How the skin changes in your 50s

At 50, the activity of collagen-producing cells decreases at an accelerated rate, leading to wrinkles, saggy skin, and loss of moisture. What’s more, pores tend to enlarge, dark spots are more noticeable, and the hormonal changes that occur at menopause steal that luminous glow.

The skin aging process is influenced by two major factors: intrinsic (aka genetics) and exogenous factors, such as sun exposure and smoking.[1] While you can’t change the former, you can definitely make some adjustments in your routine and lifestyle to control the latter. On we go.

Morning skincare routine for 50s

You need to give your skin what aging has stolen. Ideally, stick to a balanced skincare regimen that includes antioxidants, hydrators, collagen boosters, and repairing ingredients.

Wash with a gentle and hydrating cleanser

In your 50s, you need a gentle cleanser that, while it effectively dissolves dust and pollution, doesn’t strip the skin of essential moisture. As such, you need a product that won’t disrupt your protective barrier but will cleanse while moisturizing and nourishing. Ideally, choose an oil-based cleanser or a creamy formula and stay away from cleansers that contain sulfates.

We recommend First Aid Beauty Face Cleanser because it has a pampering creamy formula and is spiked with gentle ingredients to not disturb the skin while washing away makeup and impurities. Obviously, it’s free from fragrance, drying alcohol, and sulfates.

Use a toner to balance the skin’s pH

A toner not only infuses your skin with plenty of benefits but it also allows it to drink in even more moisture when applied before your serum. This is because damp skin is more permeable than dry skin.

Post-cleanse, look for a toner that aims to balance pH and soothe with compounds like green tea, allantoin, panthenol, Centella asiatica, and colloidal oatmeal. And try to avoid at all costs astringents (like alcohol and witch hazel) because they can dry out the skin.

Cosrx Centella Water Alcohol-Free Toner packs 10% Centella leaf extract, a slew of humectants, and allantoin to hydrate, balance, and nourish, so we consider it a solid option for an anti-aging routine.

Layer serum

Your morning serum should focus on hydration and antioxidant protection. We bet you keep hearing free radicals are the skin’s first enemy, and that’s entirely true. Free radicals are unstable molecules that try to bond to healthy cells in order to stabilize themselves. When free radicals outweigh the available antioxidants, you experience what is known as oxidative stress, a process that speeds up skin aging. Antioxidants help by binding to free radicals and neutralizing their damaging effects.

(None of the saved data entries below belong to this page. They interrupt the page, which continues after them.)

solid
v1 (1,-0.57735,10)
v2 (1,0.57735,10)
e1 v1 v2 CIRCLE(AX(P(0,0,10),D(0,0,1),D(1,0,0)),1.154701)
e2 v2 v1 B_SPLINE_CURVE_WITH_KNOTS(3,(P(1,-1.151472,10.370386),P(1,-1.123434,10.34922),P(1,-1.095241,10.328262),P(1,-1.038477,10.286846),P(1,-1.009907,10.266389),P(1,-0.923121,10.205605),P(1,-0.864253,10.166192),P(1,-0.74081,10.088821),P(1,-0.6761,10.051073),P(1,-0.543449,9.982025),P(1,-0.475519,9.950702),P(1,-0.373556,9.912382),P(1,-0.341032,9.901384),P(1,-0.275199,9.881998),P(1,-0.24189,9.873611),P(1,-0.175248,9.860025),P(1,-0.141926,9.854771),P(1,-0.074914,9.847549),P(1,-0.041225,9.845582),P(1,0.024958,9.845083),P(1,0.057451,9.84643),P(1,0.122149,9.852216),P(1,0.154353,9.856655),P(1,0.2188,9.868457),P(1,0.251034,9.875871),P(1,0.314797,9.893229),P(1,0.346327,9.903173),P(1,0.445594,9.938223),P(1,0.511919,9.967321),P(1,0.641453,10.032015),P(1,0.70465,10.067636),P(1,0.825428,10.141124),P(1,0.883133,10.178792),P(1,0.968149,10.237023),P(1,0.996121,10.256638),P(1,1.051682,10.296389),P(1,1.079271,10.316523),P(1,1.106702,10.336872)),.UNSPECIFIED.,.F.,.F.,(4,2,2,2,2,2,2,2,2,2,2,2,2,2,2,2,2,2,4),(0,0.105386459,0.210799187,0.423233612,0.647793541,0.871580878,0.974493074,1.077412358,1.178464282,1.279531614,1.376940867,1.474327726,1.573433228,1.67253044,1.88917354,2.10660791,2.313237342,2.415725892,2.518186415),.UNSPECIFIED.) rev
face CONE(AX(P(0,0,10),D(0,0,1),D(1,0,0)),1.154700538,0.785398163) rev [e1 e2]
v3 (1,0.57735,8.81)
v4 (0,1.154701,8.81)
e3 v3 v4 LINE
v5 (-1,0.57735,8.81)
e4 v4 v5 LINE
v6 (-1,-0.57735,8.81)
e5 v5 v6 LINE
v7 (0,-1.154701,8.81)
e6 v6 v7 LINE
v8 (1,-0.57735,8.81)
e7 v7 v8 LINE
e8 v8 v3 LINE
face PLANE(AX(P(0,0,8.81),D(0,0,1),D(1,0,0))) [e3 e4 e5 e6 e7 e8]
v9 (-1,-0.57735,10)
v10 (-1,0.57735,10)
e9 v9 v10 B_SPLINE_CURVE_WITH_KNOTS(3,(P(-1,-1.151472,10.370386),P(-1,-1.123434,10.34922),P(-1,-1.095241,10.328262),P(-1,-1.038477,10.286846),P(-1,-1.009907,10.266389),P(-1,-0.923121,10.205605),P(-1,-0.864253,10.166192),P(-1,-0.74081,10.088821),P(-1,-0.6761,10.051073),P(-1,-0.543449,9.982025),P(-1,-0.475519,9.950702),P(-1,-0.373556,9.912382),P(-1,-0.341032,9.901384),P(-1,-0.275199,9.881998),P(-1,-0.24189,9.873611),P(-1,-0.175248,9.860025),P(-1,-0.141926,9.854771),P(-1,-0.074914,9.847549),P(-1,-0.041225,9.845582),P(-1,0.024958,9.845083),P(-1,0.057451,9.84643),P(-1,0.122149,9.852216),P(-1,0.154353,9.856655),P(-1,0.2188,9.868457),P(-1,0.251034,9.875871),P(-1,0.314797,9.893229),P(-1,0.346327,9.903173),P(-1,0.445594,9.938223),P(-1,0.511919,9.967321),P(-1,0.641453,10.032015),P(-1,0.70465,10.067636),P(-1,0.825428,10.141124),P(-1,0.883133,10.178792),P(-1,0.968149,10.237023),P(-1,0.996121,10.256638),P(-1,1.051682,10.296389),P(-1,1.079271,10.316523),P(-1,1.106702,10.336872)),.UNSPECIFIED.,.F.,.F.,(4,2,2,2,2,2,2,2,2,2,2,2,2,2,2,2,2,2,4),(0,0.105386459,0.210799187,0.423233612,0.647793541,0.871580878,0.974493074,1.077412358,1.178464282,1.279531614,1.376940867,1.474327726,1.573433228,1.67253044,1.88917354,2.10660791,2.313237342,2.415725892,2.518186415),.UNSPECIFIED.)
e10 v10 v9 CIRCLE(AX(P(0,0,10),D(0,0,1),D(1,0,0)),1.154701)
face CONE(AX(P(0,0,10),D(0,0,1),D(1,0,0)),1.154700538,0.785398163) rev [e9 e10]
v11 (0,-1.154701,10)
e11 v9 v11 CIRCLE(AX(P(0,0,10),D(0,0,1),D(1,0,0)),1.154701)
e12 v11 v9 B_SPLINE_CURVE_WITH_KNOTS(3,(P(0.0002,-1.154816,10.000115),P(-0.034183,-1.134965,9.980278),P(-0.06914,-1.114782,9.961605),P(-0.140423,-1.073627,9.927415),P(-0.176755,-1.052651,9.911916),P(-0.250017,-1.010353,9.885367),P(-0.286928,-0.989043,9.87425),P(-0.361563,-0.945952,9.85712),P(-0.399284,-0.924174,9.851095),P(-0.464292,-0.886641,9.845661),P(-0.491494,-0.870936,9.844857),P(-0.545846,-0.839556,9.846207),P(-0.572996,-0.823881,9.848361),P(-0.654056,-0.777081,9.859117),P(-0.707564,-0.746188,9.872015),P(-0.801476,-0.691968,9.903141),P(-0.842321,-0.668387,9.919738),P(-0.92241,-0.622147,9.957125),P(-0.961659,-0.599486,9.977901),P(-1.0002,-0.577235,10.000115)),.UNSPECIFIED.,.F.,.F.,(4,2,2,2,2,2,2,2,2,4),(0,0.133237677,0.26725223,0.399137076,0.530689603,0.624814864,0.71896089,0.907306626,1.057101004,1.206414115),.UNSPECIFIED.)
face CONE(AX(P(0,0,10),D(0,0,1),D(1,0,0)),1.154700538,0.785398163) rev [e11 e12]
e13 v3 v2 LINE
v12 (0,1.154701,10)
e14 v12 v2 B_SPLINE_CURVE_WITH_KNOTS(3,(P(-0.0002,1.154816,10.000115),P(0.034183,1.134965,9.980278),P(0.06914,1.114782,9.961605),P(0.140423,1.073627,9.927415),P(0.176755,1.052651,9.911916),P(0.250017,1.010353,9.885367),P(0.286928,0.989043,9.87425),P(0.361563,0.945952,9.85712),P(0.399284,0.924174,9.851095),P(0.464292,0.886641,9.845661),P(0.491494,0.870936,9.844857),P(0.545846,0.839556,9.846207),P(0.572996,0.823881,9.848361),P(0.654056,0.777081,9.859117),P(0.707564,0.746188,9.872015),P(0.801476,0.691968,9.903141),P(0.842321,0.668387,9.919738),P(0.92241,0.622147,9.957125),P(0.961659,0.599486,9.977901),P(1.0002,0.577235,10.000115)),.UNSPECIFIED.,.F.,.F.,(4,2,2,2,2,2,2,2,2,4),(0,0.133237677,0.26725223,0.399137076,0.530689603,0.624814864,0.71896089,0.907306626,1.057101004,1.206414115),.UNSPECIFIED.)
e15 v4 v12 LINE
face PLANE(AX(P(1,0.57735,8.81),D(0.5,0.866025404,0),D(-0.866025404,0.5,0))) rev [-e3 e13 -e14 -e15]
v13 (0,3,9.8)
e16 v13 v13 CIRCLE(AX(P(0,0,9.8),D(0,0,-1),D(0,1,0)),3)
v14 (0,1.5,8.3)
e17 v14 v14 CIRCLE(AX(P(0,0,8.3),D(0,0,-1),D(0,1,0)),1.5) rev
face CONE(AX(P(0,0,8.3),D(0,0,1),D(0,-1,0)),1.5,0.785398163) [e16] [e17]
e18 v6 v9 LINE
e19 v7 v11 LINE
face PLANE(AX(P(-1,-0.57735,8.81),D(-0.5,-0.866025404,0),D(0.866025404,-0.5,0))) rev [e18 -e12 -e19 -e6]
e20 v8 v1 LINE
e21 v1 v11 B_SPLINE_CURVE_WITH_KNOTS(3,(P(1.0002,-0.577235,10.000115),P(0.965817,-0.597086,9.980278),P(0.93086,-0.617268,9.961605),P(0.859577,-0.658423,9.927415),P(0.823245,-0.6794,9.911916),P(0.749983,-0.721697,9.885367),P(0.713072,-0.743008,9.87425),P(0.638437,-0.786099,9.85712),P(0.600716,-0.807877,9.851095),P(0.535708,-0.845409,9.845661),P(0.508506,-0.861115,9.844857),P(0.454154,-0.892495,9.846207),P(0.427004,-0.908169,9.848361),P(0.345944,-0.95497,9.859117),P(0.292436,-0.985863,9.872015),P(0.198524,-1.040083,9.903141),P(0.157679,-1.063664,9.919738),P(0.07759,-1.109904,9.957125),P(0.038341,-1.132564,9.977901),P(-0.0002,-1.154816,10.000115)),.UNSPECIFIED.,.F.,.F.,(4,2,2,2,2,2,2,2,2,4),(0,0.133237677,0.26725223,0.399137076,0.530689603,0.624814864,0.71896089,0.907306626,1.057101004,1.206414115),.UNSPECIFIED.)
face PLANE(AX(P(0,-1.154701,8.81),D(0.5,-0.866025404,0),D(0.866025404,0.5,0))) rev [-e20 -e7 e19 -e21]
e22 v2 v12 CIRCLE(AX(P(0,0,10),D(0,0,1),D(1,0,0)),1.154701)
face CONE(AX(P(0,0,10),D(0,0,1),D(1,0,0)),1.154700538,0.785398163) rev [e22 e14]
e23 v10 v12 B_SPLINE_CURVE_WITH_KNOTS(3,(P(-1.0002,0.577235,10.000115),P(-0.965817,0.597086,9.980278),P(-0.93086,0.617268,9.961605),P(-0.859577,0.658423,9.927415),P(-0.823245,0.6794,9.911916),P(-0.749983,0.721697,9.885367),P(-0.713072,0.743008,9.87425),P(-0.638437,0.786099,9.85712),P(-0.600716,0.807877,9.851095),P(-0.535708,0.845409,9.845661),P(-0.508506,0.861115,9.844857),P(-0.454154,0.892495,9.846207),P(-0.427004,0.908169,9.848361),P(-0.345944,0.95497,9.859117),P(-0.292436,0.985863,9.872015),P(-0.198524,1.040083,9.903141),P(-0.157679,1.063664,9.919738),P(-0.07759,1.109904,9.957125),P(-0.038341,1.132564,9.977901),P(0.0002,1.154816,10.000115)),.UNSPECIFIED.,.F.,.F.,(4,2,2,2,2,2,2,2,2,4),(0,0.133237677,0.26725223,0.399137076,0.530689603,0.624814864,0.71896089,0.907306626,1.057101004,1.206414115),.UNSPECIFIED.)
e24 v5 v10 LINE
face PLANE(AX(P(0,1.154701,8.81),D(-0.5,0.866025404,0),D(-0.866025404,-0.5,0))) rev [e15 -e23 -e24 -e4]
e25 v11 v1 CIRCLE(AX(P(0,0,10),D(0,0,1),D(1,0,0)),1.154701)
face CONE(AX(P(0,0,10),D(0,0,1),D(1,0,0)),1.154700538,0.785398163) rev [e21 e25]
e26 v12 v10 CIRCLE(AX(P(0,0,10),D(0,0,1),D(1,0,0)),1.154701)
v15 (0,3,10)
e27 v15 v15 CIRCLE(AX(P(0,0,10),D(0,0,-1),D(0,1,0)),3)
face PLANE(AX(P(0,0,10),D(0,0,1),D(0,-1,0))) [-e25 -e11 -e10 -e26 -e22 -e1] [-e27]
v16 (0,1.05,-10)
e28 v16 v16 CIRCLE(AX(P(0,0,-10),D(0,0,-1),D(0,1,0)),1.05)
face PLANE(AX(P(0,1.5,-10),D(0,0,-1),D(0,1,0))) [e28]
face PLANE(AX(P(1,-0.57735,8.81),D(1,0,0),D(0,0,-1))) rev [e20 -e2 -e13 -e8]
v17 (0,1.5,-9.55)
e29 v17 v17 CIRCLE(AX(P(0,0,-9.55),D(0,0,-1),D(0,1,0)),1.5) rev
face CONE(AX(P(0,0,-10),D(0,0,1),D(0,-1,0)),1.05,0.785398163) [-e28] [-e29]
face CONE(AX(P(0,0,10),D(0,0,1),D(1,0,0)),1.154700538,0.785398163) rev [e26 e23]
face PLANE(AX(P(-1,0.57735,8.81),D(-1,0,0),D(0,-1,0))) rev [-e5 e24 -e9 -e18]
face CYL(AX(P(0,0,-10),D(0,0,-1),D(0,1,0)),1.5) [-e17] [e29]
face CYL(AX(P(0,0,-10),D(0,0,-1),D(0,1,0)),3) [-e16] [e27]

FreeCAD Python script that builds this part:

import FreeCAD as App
import Part
import Sketcher
from FreeCAD import Vector
Q = App.Units.Quantity


def edges_at(feature, points):
    """Names of the edges that pass closest to the given points."""
    edges = feature.Shape.Edges
    near = lambda p: min(range(len(edges)), key=lambda i: edges[i].distToShape(Part.Vertex(*p))[0])
    return sorted({f"Edge{near(p) + 1}" for p in points})

doc = App.newDocument("Part")
params = doc.addObject("Spreadsheet::Sheet", "Params")
for row, (alias, value) in enumerate([
    ("sketch1_height", "20 mm"),
    ("sketch1_width", "1.5 mm"),
    ("revolution_angle", "360 deg"),
    ("chamfer_size", "0.45 mm"),
    ("sketch2_width", "3 mm"),
    ("sketch2_width2", "1.5 mm"),
    ("sketch2_height", "0.2 mm"),
    ("revolution2_angle", "360 deg"),
    ("pocket1_length", "1.19 mm"),
    ("groove_angle", "360 deg"),
], start=1):
    params.set(f"A{row}", alias)
    params.set(f"B{row}", "=" + value)
    params.setAlias(f"B{row}", alias)

body = doc.addObject("PartDesign::Body", "Body")

# Sketch on YZ plane
sketch1 = body.newObject("Sketcher::SketchObject", "Sketch")
sketch1.AttachmentSupport = (doc.getObject("YZ_Plane"), [""])
sketch1.MapMode = "FlatFace"
sketch1.addGeometry([
    Part.LineSegment(Vector(1.5, 10, 0), Vector(0, 10, 0)),
    Part.LineSegment(Vector(0, 10, 0), Vector(0, -10, 0)),
    Part.LineSegment(Vector(0, -10, 0), Vector(1.5, -10, 0)),
    Part.LineSegment(Vector(1.5, -10, 0), Vector(1.5, 10, 0)),
], False)
sketch1.addConstraint([
    Sketcher.Constraint("Coincident", 0, 2, 1, 1),
    Sketcher.Constraint("Coincident", 1, 2, 2, 1),
    Sketcher.Constraint("Coincident", 2, 2, 3, 1),
    Sketcher.Constraint("Coincident", 3, 2, 0, 1),
    Sketcher.Constraint("Horizontal", 0),
    Sketcher.Constraint("Vertical", 1),
    Sketcher.Constraint("Horizontal", 2),
    Sketcher.Constraint("Vertical", 3),
    Sketcher.Constraint("Symmetric", 0, 2, 1, 2, -1, 1),
    Sketcher.Constraint("DistanceY", 1, 2, 1, 1, 20.0),
    Sketcher.Constraint("DistanceX", 0, 2, 0, 1, 1.5),
])
sketch1.setExpression("Constraints[9]", "Params.sketch1_height")
sketch1.setExpression("Constraints[10]", "Params.sketch1_width")
revolution = body.newObject("PartDesign::Revolution", "Revolution")
revolution.Profile = sketch1
revolution.ReferenceAxis = (sketch1, ["V_Axis"])
revolution.setExpression("Angle", "Params.revolution_angle")
doc.recompute()

chamfer = body.newObject("PartDesign::Chamfer", "Chamfer")
chamfer.Base = (revolution, edges_at(revolution, [(0, -1.5, -10)]))
chamfer.setExpression("Size", "Params.chamfer_size")

# Sketch on YZ plane
sketch2 = body.newObject("Sketcher::SketchObject", "Sketch001")
sketch2.AttachmentSupport = (doc.getObject("YZ_Plane"), [""])
sketch2.MapMode = "FlatFace"
sketch2.addGeometry([
    Part.LineSegment(Vector(3, 9.8, 0), Vector(3, 10, 0)),  # 0
    Part.LineSegment(Vector(3, 10, 0), Vector(0, 10, 0)),  # 1
    Part.LineSegment(Vector(0, 10, 0), Vector(0, 8.3, 0)),  # 2
    Part.LineSegment(Vector(0, 8.3, 0), Vector(1.5, 8.3, 0)),  # 3
    Part.LineSegment(Vector(1.5, 8.3, 0), Vector(3, 9.8, 0)),  # 4
], False)
sketch2.addConstraint([
    Sketcher.Constraint("Coincident", 0, 2, 1, 1),
    Sketcher.Constraint("Coincident", 1, 2, 2, 1),
    Sketcher.Constraint("Coincident", 2, 2, 3, 1),
    Sketcher.Constraint("Coincident", 3, 2, 4, 1),
    Sketcher.Constraint("Coincident", 4, 2, 0, 1),
    Sketcher.Constraint("Vertical", 0),
    Sketcher.Constraint("Horizontal", 1),
    Sketcher.Constraint("Vertical", 2),
    Sketcher.Constraint("Horizontal", 3),
    Sketcher.Constraint("PointOnObject", 1, 2, -2),
    Sketcher.Constraint("DistanceX", 1, 2, 1, 1, 3.0),
    Sketcher.Constraint("Angle", 4, Q("45 deg")),
    Sketcher.Constraint("DistanceX", 3, 1, 3, 2, 1.5),
    Sketcher.Constraint("DistanceY", 0, 1, 0, 2, 0.2),
    Sketcher.Constraint("DistanceY", -1, 1, 0, 2, 10.0),
])
sketch2.setExpression("Constraints[10]", "Params.sketch2_width")
sketch2.setExpression("Constraints[12]", "Params.sketch2_width2")
sketch2.setExpression("Constraints[13]", "Params.sketch2_height")
revolution2 = body.newObject("PartDesign::Revolution", "Revolution001")
revolution2.Profile = sketch2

What’s more, in your 50s, the skin is more fragile, which is more likely to lead to transepidermal water loss (TEWL) due to the decreased production of hyaluronic acid in the skin—no wonder fine lines and wrinkles are more noticeable. For this reason, you need to replenish hydration, and a hyaluronic acid serum is the MVP to do that.

Allies of Skin Multi Hyaluronic Antioxidant Hydration Serum is loaded with an impressive amount of antioxidants, including 5% resveratrol, 2% superoxide dismutase, and niacinamide, while it packs low and high molecular weight hyaluronic acid for instant and long-term hydration.

Slather moisturizer

The moisturizer has a key role in locking the benefits of the products you applied before and providing skin the necessary hydration to stay plump. During the day, you need a product that not only maintains your skin moist but also protects against free radical damage, like Peter Thomas Roth Potent-C Brightening Vitamin C Moisturizer. It uses 10% stable vitamin C, vitamin E, and ferulic acid, the trifecta of antioxidants. Plus, it boasts sodium hyaluronate to increase hydration and hydrolyzed collagen to help the skin retain moisture.

Use a targeted eye cream

Puffiness and dark circles are common concerns once you reach your 50s, and an eye cream made with vitamin C, retinol, and peptides can help with these skin woes. Also, look out for caffeine, antioxidants, hyaluronic acid, squalane, niacinamide, and peptides.

Apply sunscreen daily

Applying sunscreen daily is your first line of defense against photoaging caused by the sun—which is responsible for about 80% of facial wrinkles. More than that, sunscreen lowers the risk of skin cancer. So, wearing sunscreen every day with at least 30 SPF, like La Roche-Posay Anthelios Melt-In Sunscreen Milk SPF 60 is critical.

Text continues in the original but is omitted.